Second Workshop on Video Large Language Models

Call for Papers

The papers submitted are non-archival, they will not be published in the CVPR Workshop Proceedings.

Important Dates

Submission Deadline: April 20, 2026

Review Deadline: May 1, 2026

Notification to authors: May 10, 2026

Final camera-ready deadline: May 15, 2026

Topics of Interest

We invite submissions addressing various aspects of Video Large Language Models, including but not limited to the following areas:

Methods/Algorithms

Training MLLMs on video with objective/reward design and efficient learning, extended to predictive world-model objectives, VLA perception–language–action loops, and unified backbones that share representations across image–video–audio–text.

Data Creation

Innovative strategies for leveraging web video data, advanced filtering techniques, synthetic data generation, long video understanding datasets and enriching datasets for video instruction tuning.

Evaluation and Analysis

Robust evaluation frameworks for existing models, focusing on improving interpretability, deriving novel insights, and introducing new metrics and benchmarks for VidLLMs.

Best Practices

Reproducible training/eval protocols, including closed-loop rollout training, horizon-aware curricula, and policy/plan logging for unified/VLA systems.

Applications

From classic CV tasks to simulation and robotics, planning/forecasting with world models, and action-grounded assistants powered by unified VidLLM stacks.

Comparison and Benchmarking

Systematic studies versus expert CV pipelines and among world-model, VLA, and unified approaches, measuring generalization, data/compute efficiency, and cost.

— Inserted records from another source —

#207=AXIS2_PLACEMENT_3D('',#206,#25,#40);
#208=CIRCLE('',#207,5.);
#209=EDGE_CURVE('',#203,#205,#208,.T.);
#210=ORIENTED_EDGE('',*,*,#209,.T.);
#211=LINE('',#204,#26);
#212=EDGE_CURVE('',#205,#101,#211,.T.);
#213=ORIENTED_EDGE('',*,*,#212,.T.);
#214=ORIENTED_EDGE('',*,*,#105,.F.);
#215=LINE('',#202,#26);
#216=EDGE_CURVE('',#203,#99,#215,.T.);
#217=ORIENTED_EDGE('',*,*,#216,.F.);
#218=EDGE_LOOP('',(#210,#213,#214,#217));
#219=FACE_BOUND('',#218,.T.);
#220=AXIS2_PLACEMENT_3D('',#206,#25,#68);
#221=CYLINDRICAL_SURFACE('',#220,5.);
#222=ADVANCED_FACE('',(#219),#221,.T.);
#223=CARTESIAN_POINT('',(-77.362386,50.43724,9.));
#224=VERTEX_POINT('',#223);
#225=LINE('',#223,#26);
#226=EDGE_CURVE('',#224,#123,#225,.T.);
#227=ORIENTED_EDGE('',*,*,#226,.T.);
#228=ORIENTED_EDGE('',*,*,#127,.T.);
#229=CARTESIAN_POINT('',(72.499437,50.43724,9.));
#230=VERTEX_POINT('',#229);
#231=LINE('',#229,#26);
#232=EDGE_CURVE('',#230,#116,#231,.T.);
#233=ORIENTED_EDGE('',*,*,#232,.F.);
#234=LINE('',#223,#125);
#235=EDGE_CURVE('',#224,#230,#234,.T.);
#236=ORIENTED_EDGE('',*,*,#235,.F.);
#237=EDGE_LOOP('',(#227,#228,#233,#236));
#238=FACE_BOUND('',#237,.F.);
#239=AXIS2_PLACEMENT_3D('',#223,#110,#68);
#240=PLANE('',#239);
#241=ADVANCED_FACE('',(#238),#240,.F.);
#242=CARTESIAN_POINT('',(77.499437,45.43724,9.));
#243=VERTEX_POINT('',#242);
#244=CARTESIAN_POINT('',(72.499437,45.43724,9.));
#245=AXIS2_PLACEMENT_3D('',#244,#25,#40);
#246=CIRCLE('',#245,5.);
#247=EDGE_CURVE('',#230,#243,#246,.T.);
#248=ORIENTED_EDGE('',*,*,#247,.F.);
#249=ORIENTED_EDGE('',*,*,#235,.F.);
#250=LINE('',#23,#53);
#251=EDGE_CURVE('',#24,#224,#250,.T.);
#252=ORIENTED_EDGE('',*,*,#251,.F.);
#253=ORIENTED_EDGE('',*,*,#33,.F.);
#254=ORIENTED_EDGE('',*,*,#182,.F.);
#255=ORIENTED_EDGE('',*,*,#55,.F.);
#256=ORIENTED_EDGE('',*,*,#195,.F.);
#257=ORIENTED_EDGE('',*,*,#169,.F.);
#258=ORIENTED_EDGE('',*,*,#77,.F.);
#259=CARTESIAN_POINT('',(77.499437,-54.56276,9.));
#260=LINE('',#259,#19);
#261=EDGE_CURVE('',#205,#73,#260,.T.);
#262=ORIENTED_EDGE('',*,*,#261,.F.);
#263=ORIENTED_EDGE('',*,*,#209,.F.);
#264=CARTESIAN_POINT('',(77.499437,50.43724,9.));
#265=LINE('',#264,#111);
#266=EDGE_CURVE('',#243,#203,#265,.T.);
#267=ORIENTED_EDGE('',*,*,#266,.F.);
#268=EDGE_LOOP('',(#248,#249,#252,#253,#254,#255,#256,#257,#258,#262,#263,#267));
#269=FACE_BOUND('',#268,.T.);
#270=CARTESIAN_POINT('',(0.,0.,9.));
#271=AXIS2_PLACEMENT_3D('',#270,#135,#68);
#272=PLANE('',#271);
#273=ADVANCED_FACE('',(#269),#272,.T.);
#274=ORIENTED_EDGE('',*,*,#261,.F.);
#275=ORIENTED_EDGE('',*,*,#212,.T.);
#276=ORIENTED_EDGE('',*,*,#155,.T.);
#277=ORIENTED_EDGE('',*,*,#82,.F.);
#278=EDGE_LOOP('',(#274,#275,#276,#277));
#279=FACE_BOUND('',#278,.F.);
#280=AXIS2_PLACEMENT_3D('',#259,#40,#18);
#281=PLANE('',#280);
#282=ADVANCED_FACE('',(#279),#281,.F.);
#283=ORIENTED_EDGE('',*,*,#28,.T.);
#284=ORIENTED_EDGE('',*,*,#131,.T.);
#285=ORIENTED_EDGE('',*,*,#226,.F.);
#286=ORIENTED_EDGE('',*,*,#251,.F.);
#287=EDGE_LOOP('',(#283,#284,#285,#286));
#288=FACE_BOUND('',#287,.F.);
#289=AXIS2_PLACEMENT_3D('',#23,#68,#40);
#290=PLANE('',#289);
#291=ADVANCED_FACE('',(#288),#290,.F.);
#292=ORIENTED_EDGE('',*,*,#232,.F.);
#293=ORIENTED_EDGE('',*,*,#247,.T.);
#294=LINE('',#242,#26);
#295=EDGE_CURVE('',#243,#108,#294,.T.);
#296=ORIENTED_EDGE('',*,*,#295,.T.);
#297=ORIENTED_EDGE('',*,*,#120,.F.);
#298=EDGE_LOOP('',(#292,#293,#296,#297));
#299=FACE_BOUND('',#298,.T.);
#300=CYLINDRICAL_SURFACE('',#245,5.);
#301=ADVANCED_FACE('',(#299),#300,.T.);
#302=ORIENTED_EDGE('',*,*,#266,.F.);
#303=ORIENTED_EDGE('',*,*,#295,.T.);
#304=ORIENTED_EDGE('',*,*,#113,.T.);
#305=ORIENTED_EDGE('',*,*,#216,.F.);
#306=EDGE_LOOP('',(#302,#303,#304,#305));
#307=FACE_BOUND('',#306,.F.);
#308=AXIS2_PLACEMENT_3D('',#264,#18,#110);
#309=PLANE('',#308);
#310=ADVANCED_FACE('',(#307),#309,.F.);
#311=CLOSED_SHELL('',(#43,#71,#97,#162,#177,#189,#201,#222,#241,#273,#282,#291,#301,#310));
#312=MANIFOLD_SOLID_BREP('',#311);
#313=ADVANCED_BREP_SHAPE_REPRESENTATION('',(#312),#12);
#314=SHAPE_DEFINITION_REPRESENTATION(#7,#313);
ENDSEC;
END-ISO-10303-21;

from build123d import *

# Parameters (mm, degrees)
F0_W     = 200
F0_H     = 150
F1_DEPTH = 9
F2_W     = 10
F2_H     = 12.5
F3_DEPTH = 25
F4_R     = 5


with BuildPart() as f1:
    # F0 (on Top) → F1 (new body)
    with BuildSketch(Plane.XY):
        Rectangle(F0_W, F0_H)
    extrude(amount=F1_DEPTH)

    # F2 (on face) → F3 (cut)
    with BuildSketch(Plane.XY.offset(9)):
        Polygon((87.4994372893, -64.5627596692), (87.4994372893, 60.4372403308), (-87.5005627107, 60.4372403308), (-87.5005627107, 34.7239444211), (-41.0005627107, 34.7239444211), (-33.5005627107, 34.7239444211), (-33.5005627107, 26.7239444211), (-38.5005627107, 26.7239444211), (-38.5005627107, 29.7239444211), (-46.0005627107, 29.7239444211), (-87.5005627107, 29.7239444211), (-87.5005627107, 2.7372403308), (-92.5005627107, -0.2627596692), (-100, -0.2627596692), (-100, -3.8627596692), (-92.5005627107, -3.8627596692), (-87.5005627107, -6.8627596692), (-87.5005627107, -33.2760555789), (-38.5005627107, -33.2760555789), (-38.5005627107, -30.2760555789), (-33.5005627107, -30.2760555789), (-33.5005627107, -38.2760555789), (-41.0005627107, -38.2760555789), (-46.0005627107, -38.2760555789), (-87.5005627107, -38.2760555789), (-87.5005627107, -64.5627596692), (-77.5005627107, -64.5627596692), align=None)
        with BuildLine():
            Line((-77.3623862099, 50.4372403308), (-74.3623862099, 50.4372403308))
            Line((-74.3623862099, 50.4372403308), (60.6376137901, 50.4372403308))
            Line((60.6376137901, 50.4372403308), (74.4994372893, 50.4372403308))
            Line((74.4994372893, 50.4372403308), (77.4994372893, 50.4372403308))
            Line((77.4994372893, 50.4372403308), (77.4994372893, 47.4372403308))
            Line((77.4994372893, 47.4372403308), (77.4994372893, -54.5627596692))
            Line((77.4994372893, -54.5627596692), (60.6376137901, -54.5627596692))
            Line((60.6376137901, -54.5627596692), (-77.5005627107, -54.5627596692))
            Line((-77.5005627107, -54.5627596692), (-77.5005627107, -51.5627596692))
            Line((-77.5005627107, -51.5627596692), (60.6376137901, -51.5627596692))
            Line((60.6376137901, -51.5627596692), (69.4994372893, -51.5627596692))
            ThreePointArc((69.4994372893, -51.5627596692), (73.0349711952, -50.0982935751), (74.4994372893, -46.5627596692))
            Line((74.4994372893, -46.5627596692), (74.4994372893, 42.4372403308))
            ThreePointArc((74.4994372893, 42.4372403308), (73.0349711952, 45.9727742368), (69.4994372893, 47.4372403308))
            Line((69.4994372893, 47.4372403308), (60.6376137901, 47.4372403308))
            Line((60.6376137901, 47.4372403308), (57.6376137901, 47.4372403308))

Limitations, Risks and Safety

Addressing bias, fairness, and ethical challenges, including factuality, hallucination, and safety concerns in VidLLMs, and action safety and intervention, error compounding in long-horizon rollouts, and modality leakage in unified models.

Emerging Research Areas

Long-form video understanding and efficient high-resolution video tasks, video grounding LLMs, and fully unified multimodal architectures.

Vision-Language-Action (VLA)

Integrating perception-language-action loops for robotics, simulation, and embodied video reasoning.

World Models

Learning environment dynamics, future state prediction, and generative modeling of physically consistent reality.

Submission Guidelines

We accept both short (4 pages) and long (8 pages) papers.

Apart from page count, submissions should follow the CVPR format. Please see the complete guidelines at: CVPR 2026 Author Instructions (available closer to the event)

Submission portal: OpenReview

Program Committee

We have a diverse PC drawn from academia and industry. Each submission will receive at least two blind reviews.